Stored items:
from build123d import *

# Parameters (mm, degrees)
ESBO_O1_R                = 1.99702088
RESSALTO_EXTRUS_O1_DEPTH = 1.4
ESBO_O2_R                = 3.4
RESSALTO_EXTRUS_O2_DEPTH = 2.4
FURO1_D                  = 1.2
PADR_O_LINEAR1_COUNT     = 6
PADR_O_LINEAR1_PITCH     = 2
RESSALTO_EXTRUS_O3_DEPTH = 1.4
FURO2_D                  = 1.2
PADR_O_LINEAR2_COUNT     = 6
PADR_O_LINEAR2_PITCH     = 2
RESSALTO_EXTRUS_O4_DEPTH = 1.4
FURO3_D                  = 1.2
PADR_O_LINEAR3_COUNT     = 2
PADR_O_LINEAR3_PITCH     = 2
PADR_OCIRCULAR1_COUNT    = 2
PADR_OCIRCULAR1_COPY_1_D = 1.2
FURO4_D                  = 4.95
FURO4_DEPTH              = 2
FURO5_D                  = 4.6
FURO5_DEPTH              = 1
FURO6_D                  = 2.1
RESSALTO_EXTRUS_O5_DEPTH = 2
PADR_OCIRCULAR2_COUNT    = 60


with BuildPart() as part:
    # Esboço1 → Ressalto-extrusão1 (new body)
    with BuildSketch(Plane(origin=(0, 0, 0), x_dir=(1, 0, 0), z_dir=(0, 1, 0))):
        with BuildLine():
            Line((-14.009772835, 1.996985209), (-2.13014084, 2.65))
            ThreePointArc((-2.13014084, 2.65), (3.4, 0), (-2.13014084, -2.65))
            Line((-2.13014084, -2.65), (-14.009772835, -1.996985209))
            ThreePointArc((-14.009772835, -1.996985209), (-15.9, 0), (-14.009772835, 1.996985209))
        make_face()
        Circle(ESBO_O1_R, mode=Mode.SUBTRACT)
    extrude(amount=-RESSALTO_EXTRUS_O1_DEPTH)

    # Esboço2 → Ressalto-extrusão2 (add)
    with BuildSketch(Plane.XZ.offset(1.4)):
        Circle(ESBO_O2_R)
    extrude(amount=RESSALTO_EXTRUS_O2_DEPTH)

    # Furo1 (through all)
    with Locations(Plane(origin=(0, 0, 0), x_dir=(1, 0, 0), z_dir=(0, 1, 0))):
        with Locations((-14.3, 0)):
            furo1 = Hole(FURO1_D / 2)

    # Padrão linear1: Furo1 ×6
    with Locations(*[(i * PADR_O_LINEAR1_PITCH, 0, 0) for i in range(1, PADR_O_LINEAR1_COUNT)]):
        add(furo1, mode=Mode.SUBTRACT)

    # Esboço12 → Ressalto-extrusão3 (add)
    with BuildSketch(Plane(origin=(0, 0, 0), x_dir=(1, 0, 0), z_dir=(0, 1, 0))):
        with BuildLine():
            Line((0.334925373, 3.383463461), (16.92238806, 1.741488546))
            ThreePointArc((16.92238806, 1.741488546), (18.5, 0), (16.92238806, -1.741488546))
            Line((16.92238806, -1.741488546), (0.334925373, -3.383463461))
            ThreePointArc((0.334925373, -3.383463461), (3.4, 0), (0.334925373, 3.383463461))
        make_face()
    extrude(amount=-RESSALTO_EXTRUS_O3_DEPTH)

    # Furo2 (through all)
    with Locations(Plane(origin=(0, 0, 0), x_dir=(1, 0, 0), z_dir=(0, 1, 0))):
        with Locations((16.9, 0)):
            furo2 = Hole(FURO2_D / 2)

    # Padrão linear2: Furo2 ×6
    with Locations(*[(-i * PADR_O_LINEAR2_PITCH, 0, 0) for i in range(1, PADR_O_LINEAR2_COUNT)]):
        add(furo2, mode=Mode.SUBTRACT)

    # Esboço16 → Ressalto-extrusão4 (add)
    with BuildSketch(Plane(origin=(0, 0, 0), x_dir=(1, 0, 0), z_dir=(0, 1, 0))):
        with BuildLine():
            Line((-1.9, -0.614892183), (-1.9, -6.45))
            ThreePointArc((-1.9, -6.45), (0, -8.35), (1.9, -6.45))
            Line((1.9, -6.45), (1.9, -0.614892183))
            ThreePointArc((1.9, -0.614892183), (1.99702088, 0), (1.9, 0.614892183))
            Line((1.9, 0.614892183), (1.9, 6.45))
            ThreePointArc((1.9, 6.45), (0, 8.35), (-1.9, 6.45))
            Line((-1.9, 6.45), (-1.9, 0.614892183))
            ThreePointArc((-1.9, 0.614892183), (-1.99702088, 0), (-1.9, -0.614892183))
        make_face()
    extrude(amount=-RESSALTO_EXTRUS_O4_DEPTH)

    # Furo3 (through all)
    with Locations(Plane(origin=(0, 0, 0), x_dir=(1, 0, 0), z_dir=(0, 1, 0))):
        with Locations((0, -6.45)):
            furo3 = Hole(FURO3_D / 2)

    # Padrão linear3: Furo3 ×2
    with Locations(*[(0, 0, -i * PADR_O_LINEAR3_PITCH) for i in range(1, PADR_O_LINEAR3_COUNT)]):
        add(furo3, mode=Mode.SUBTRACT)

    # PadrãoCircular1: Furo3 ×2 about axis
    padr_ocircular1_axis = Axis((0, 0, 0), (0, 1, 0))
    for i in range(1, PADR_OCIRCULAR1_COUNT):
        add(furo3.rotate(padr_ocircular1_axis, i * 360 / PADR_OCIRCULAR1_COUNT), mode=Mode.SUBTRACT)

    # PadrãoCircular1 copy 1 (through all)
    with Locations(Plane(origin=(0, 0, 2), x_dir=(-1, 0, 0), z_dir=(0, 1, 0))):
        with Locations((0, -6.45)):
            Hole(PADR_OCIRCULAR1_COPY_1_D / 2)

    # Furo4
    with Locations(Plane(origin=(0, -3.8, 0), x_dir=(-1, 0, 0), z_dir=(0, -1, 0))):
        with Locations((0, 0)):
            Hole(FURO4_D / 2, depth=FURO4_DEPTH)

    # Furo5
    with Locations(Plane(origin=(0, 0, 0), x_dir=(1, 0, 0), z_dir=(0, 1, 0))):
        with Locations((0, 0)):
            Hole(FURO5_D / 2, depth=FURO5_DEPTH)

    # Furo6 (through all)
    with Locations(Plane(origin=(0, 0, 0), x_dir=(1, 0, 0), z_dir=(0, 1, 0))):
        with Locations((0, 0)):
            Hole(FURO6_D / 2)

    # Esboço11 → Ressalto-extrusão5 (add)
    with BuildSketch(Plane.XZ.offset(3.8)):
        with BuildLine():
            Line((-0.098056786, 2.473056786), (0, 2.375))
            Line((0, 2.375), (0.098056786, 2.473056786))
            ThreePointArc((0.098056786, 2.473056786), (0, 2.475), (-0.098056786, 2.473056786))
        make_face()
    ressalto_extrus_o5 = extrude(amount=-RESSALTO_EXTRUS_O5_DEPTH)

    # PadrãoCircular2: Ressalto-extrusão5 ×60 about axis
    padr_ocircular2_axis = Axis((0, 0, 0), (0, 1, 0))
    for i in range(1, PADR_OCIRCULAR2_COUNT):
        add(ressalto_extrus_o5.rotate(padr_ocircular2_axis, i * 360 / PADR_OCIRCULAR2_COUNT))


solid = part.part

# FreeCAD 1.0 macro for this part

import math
import FreeCAD as App
import Part
import Sketcher
Q = App.Units.Quantity

doc = App.newDocument("Part")
body = doc.addObject("PartDesign::Body", "Body")

# Sketch on XZ plane
sketch1 = body.newObject("Sketcher::SketchObject", "Sketch")
sketch1.AttachmentSupport = (doc.getObject("XZ_Plane"), [""])
sketch1.MapMode = "FlatFace"
sketch1.addGeometry(Part.LineSegment(App.Vector(-2.1, -2.6, 0), App.Vector(-14, -2, 0)), False)
sketch1.addGeometry(Part.ArcOfCircle(Part.Circle(App.Vector(-13.9, 0, 0), App.Vector(0, 0, 1), 2), math.radians(93), math.radians(267)), False)
sketch1.addGeometry(Part.LineSegment(App.Vector(-14, 2, 0), App.Vector(-2.1, 2.6, 0)), False)
sketch1.addGeometry(Part.ArcOfCircle(Part.Circle(App.Vector(0, 0, 0), App.Vector(0, 0, 1), 3.4), math.radians(-129), math.radians(129)), False)
sketch1.addGeometry(Part.Circle(App.Vector(0, 0, 0), App.Vector(0, 0, 1), 2), False)
sketch1.addConstraint(Sketcher.Constraint("Tangent", 0, 2, 1, 2))
sketch1.addConstraint(Sketcher.Constraint("Tangent", 1, 1, 2, 1))
sketch1.addConstraint(Sketcher.Constraint("Coincident", 2, 2, 3, 2))
sketch1.addConstraint(Sketcher.Constraint("Coincident", 3, 1, 0, 1))
sketch1.addConstraint(Sketcher.Constraint("Coincident", 3, 3, -1, 1))
sketch1.addConstraint(Sketcher.Constraint("Coincident", 4, 3, -1, 1))
sketch1.addConstraint(Sketcher.Constraint("Symmetric", 0, 2, 1, 1, -1))
sketch1.addConstraint(Sketcher.Constraint("Radius", 1, Q("2 mm")))
sketch1.addConstraint(Sketcher.Constraint("Radius", 3, Q("3.4 mm")))
sketch1.addConstraint(Sketcher.Constraint("DistanceX", 1, 3, -1, 1, Q("13.9 mm")))
sketch1.addConstraint(Sketcher.Constraint("DistanceY", 3, 1, 2, 2, Q("5.3 mm")))
sketch1.addConstraint(Sketcher.Constraint("Diameter", 4, Q("3.994042 mm")))
pad1 = body.newObject("PartDesign::Pad", "Pad")
pad1.Profile = sketch1
pad1.Length = 1.4

# Sketch on XZ plane
sketch2 = body.newObject("Sketcher::SketchObject", "Sketch001")
sketch2.AttachmentSupport = (doc.getObject("XZ_Plane"), [""])
sketch2.MapMode = "FlatFace"
sketch2.AttachmentOffset = App.Placement(App.Vector(0, 0, 1.4), App.Rotation())
sketch2.addGeometry(Part.Circle(App.Vector(0, 0, 0), App.Vector(0, 0, 1), 3.4), False)
sketch2.addConstraint(Sketcher.Constraint("Coincident", 0, 3, -1, 1))
sketch2.addConstraint(Sketcher.Constraint("Diameter", 0, Q("6.8 mm")))
pad2 = body.newObject("PartDesign::Pad", "Pad001")
pad2.Profile = sketch2
pad2.Length = 2.4

# Sketch on XZ plane
sketch3 = body.newObject("Sketcher::SketchObject", "Sketch002")
sketch3.AttachmentSupport = (doc.getObject("XZ_Plane"), [""])
sketch3.MapMode = "FlatFace"
sketch3.addGeometry(Part.Circle(App.Vector(-14.3, 0, 0), App.Vector(0, 0, 1), 0.6), False)
sketch3.addConstraint(Sketcher.Constraint("PointOnObject", 0, 3, -1))
sketch3.addConstraint(Sketcher.Constraint("Diameter", 0, Q("1.2 mm")))
sketch3.addConstraint(Sketcher.Constraint("DistanceX", 0, 3, -1, 1, Q("14.3 mm")))
doc.recompute()
hole = body.newObject("PartDesign::Hole", "Hole")
hole.Profile = sketch3
hole.ThreadType = "None"
hole.Diameter = 1.2
hole.DepthType = "ThroughAll"
hole.Reversed = True
doc.recompute()

linearpattern = body.newObject("PartDesign::LinearPattern", "LinearPattern")
linearpattern.Originals = [hole]
linearpattern.Direction = (doc.getObject("X_Axis"), [""])
linearpattern.Mode = "offset"
linearpattern.Offset = 2
linearpattern.Occurrences = 6
body.Tip = linearpattern

# Sketch on XZ plane
sketch4 = body.newObject("Sketcher::SketchObject", "Sketch003")
sketch4.AttachmentSupport = (doc.getObject("XZ_Plane"), [""])
sketch4.MapMode = "FlatFace"
sketch4.addGeometry(Part.LineSegment(App.Vector(16.9, -1.7, 0), App.Vector(0.3, -3.4, 0)), False)
sketch4.addGeometry(Part.ArcOfCircle(Part.Circle(App.Vector(0, 0, 0), App.Vector(0, 0, 1), 3.4), math.radians(-84), math.radians(84)), False)
sketch4.addGeometry(Part.LineSegment(App.Vector(0.3, 3.4, 0), App.Vector(16.9, 1.7, 0)), False)
sketch4.addGeometry(Part.ArcOfCircle(Part.Circle(App.Vector(16.8, 0, 0), App.Vector(0, 0, 1), 1.8), math.radians(-84), math.radians(84)), False)
sketch4.addConstraint(Sketcher.Constraint("Tangent", 0, 2, 1, 1))
sketch4.addConstraint(Sketcher.Constraint("Tangent", 1, 2, 2, 1))
sketch4.addConstraint(Sketcher.Constraint("Tangent", 2, 2, 3, 2))
sketch4.addConstraint(Sketcher.Constraint("Tangent", 3, 1, 0, 1))
sketch4.addConstraint(Sketcher.Constraint("Coincident", 1, 3, -1, 1))
sketch4.addConstraint(Sketcher.Constraint("PointOnObject", 3, 3, -1))
sketch4.addConstraint(Sketcher.Constraint("Radius", 1, Q("3.4 mm")))
sketch4.addConstraint(Sketcher.Constraint("Radius", 3, Q("1.75 mm")))
sketch4.addConstraint(Sketcher.Constraint("DistanceX", -1, 1, 3, 3, Q("16.75 mm")))
pad3 = body.newObject("PartDesign::Pad", "Pad002")
pad3.Profile = sketch4
pad3.Length = 1.4

# Sketch on XZ plane
sketch5 = body.newObject("Sketcher::SketchObject", "Sketch004")
sketch5.AttachmentSupport = (doc.getObject("XZ_Plane"), [""])
sketch5.MapMode = "FlatFace"
sketch5.addGeometry(Part.Circle(App.Vector(16.9, 0, 0), App.Vector(0, 0, 1), 0.6), False)
sketch5.addConstraint(Sketcher.Constraint("PointOnObject", 0, 3, -1))
sketch5.addConstraint(Sketcher.Constraint("Diameter", 0, Q("1.2 mm")))
sketch5.addConstraint(Sketcher.Constraint("DistanceX", -1, 1, 0, 3, Q("16.9 mm")))
doc.recompute()
hole2 = body.newObject("PartDesign::Hole", "Hole001")
hole2.Profile = sketch5
hole2.ThreadType = "None"
hole2.Diameter = 1.2
hole2.DepthType = "ThroughAll"
hole2.Reversed = True
doc.recompute()

linearpattern2 = body.newObject("PartDesign::LinearPattern", "LinearPattern001")
linearpattern2.Originals = [hole2]
linearpattern2.Direction = (doc.getObject("X_Axis"), [""])
linearpattern2.Mode = "offset"
linearpattern2.Offset = 2
linearpattern2.Occurrences = 6
linearpattern2.Reversed = True
body.Tip = linearpattern2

> [What is being asked]
Reproduce the entries exactly, starting at their first line and stopping after the line with "RESSALTO_EXTRUS_O3_DEPTH = 1.4".

> [Final answer]
from build123d import *

# Parameters (mm, degrees)
ESBO_O1_R                = 1.99702088
RESSALTO_EXTRUS_O1_DEPTH = 1.4
ESBO_O2_R                = 3.4
RESSALTO_EXTRUS_O2_DEPTH = 2.4
FURO1_D                  = 1.2
PADR_O_LINEAR1_COUNT     = 6
PADR_O_LINEAR1_PITCH     = 2
RESSALTO_EXTRUS_O3_DEPTH = 1.4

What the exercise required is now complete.